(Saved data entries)
+ + +
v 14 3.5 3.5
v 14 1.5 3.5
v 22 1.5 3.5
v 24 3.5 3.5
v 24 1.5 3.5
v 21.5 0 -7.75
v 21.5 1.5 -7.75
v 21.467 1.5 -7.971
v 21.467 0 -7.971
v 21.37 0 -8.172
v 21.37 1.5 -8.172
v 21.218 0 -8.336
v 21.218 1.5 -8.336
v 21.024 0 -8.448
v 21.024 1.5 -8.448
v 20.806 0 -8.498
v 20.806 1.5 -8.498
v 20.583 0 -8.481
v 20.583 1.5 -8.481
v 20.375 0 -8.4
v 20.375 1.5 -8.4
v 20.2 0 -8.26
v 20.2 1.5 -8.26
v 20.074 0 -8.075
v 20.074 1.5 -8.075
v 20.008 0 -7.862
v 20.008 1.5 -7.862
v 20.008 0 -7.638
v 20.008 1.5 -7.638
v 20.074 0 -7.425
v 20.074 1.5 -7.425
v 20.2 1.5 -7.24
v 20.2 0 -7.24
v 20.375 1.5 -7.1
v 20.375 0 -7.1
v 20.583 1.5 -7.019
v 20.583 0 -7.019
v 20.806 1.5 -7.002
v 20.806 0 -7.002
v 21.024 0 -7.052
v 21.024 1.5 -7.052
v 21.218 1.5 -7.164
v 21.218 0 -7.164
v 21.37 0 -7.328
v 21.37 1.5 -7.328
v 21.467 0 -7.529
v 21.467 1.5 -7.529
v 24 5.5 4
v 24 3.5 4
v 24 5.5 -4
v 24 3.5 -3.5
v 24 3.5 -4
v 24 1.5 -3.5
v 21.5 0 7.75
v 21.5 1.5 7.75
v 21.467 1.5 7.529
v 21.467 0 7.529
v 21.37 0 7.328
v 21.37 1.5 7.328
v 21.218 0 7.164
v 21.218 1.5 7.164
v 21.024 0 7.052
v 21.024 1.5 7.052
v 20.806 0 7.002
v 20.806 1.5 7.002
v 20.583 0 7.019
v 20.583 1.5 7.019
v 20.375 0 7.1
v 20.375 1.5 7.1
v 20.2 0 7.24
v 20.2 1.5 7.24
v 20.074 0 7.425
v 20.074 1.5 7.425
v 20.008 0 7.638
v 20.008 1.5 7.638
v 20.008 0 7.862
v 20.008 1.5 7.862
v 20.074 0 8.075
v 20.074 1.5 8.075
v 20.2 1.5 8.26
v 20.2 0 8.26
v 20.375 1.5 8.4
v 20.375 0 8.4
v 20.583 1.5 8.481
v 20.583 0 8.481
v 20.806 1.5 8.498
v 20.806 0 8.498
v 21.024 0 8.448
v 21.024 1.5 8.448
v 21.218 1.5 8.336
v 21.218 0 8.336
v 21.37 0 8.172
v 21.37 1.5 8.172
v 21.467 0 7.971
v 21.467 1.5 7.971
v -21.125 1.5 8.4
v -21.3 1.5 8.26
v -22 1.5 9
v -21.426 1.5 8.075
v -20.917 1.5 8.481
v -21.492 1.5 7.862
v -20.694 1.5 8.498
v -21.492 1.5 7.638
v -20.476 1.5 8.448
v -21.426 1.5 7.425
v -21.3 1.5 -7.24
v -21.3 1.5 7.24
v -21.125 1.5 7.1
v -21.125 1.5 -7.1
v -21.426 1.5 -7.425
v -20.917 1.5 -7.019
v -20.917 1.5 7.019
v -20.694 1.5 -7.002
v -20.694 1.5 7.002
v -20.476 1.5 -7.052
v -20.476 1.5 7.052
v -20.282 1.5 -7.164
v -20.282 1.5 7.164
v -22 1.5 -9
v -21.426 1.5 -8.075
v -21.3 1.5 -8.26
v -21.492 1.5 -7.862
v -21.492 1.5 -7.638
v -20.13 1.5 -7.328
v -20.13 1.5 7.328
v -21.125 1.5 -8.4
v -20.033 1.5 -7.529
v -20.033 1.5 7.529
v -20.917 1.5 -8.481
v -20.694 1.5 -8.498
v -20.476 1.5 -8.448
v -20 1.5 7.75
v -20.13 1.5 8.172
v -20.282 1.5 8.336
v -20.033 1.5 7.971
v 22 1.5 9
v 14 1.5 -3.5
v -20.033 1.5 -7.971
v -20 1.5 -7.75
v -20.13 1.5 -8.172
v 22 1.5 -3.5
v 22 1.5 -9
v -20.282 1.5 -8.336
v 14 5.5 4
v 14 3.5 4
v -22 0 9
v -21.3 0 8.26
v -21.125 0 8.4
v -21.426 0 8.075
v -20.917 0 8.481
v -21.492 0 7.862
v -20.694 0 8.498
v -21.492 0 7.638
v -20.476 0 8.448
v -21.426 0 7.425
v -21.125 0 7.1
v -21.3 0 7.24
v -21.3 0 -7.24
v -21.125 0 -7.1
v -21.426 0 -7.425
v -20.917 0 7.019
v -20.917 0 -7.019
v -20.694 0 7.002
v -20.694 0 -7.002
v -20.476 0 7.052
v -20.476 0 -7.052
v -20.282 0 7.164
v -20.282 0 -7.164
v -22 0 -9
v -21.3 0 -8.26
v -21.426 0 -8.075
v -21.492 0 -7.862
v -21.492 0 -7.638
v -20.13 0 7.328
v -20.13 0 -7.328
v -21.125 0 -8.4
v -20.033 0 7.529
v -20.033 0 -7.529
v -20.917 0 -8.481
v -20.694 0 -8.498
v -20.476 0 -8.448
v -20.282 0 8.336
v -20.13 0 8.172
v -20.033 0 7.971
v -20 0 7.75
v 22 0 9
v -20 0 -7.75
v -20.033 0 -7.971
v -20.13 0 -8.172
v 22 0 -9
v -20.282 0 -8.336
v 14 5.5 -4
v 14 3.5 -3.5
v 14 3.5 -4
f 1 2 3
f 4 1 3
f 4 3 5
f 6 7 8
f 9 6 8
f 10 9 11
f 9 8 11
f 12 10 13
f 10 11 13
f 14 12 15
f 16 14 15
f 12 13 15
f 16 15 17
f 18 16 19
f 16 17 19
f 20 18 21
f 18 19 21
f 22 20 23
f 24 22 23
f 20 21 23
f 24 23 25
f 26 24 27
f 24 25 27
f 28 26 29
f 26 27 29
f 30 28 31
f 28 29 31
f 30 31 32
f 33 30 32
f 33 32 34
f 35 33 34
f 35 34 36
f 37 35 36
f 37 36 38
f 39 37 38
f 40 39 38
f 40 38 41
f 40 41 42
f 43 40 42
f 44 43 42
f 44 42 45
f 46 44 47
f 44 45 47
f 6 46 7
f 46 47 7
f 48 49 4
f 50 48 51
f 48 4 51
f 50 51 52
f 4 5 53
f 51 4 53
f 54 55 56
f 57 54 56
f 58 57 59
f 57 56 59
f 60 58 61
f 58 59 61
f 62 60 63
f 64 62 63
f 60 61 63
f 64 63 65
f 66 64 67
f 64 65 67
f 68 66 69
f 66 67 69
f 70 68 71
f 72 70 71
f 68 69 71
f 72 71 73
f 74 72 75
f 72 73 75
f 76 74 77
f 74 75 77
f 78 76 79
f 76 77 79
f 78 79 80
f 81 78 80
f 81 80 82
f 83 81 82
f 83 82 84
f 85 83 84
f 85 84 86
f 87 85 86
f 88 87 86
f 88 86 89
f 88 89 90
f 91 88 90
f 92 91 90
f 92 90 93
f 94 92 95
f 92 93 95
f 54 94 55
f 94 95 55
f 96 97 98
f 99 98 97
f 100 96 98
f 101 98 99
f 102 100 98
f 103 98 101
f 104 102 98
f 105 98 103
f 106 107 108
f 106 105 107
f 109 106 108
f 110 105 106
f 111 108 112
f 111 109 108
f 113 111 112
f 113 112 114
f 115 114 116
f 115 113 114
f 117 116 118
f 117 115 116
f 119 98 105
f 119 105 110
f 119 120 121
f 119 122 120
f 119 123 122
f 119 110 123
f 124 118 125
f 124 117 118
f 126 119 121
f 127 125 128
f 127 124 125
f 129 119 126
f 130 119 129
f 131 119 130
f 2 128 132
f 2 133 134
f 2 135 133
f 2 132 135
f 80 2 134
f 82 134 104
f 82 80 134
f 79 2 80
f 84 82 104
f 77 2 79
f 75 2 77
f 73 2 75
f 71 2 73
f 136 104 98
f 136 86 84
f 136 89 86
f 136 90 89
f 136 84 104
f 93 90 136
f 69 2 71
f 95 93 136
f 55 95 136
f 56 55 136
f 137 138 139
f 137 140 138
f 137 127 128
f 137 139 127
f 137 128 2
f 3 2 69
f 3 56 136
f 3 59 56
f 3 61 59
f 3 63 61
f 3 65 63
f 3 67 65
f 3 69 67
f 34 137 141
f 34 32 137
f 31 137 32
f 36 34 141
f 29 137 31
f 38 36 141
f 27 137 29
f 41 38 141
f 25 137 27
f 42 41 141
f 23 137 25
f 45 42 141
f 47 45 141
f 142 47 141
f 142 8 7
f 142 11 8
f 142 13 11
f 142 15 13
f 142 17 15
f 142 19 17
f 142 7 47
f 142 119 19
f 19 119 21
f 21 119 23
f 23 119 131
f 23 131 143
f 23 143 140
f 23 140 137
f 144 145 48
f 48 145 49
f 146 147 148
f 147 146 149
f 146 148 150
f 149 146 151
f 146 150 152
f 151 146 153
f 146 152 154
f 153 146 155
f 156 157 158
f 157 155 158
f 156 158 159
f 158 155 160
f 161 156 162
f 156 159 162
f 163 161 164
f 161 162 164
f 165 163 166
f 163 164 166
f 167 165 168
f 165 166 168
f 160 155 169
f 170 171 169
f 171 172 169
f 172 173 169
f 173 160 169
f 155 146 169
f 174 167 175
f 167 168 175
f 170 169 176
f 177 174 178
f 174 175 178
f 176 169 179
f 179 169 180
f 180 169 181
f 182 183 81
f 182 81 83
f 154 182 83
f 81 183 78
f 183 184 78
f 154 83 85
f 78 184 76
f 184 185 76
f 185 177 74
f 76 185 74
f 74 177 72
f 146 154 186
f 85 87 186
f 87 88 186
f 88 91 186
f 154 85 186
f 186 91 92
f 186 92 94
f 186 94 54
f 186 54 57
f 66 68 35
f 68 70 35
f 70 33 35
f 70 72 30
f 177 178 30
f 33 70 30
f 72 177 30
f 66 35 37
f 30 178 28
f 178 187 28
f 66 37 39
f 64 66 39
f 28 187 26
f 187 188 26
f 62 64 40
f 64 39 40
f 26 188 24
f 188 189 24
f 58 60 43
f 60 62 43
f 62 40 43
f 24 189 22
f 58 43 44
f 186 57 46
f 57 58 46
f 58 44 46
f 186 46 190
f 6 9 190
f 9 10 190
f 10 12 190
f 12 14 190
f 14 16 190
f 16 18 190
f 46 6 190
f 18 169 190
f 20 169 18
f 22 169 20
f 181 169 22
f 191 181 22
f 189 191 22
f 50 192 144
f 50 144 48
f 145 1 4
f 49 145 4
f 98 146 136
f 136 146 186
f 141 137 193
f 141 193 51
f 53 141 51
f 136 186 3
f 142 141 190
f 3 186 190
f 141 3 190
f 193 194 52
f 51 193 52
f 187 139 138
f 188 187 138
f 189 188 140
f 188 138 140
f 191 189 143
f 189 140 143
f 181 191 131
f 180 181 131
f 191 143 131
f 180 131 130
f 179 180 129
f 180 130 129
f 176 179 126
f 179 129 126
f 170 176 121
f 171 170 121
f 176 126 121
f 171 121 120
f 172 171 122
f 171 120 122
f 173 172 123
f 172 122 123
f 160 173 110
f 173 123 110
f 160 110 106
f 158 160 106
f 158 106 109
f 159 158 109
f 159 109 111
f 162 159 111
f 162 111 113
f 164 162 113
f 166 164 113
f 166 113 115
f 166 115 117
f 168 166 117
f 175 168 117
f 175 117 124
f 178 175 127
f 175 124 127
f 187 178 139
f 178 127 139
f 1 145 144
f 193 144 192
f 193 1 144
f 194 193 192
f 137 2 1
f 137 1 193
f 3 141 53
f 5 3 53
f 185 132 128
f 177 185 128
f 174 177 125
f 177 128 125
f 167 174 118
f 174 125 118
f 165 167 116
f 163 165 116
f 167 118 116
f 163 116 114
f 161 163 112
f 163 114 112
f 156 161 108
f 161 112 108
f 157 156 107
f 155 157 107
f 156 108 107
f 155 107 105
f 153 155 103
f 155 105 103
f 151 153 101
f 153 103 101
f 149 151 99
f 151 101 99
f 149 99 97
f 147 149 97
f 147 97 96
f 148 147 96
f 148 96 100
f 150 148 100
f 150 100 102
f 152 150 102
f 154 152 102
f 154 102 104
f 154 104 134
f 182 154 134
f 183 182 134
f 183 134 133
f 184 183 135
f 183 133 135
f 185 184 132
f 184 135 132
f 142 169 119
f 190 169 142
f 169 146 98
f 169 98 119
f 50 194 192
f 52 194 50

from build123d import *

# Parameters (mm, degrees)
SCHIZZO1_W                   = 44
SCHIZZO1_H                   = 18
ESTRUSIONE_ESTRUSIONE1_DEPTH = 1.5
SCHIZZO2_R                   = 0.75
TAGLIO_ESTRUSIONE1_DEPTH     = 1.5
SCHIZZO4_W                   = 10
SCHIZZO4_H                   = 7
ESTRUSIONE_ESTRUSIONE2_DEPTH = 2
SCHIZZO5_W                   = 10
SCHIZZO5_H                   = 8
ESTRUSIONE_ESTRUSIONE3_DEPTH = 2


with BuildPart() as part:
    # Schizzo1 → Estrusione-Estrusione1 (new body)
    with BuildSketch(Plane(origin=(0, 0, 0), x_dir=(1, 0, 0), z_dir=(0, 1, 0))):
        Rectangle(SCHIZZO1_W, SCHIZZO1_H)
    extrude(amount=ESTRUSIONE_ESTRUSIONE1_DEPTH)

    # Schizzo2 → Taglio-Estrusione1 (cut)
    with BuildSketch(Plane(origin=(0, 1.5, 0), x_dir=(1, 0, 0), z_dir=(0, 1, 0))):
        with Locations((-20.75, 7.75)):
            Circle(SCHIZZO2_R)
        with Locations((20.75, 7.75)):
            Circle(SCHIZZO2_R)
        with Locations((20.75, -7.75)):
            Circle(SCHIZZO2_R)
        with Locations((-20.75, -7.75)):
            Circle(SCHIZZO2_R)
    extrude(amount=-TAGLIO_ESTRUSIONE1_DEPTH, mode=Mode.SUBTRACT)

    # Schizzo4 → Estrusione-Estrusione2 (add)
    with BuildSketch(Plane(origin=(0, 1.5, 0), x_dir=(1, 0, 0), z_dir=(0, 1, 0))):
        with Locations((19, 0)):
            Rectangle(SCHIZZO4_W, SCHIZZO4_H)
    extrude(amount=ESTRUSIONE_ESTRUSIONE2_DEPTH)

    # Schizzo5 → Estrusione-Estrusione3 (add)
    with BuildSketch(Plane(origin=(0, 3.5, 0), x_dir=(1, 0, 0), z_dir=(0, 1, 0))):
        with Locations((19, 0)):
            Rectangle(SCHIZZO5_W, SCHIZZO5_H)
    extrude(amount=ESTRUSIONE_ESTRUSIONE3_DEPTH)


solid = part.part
+ + +
All that is wanted is the stretch of lines above from the one containing "v 20.806 0 7.002" through the one containing "v 21.467 1.5 7.971", duplicated exactly.

v 20.806 0 7.002
v 20.806 1.5 7.002
v 20.583 0 7.019
v 20.583 1.5 7.019
v 20.375 0 7.1
v 20.375 1.5 7.1
v 20.2 0 7.24
v 20.2 1.5 7.24
v 20.074 0 7.425
v 20.074 1.5 7.425
v 20.008 0 7.638
v 20.008 1.5 7.638
v 20.008 0 7.862
v 20.008 1.5 7.862
v 20.074 0 8.075
v 20.074 1.5 8.075
v 20.2 1.5 8.26
v 20.2 0 8.26
v 20.375 1.5 8.4
v 20.375 0 8.4
v 20.583 1.5 8.481
v 20.583 0 8.481
v 20.806 1.5 8.498
v 20.806 0 8.498
v 21.024 0 8.448
v 21.024 1.5 8.448
v 21.218 1.5 8.336
v 21.218 0 8.336
v 21.37 0 8.172
v 21.37 1.5 8.172
v 21.467 0 7.971
v 21.467 1.5 7.971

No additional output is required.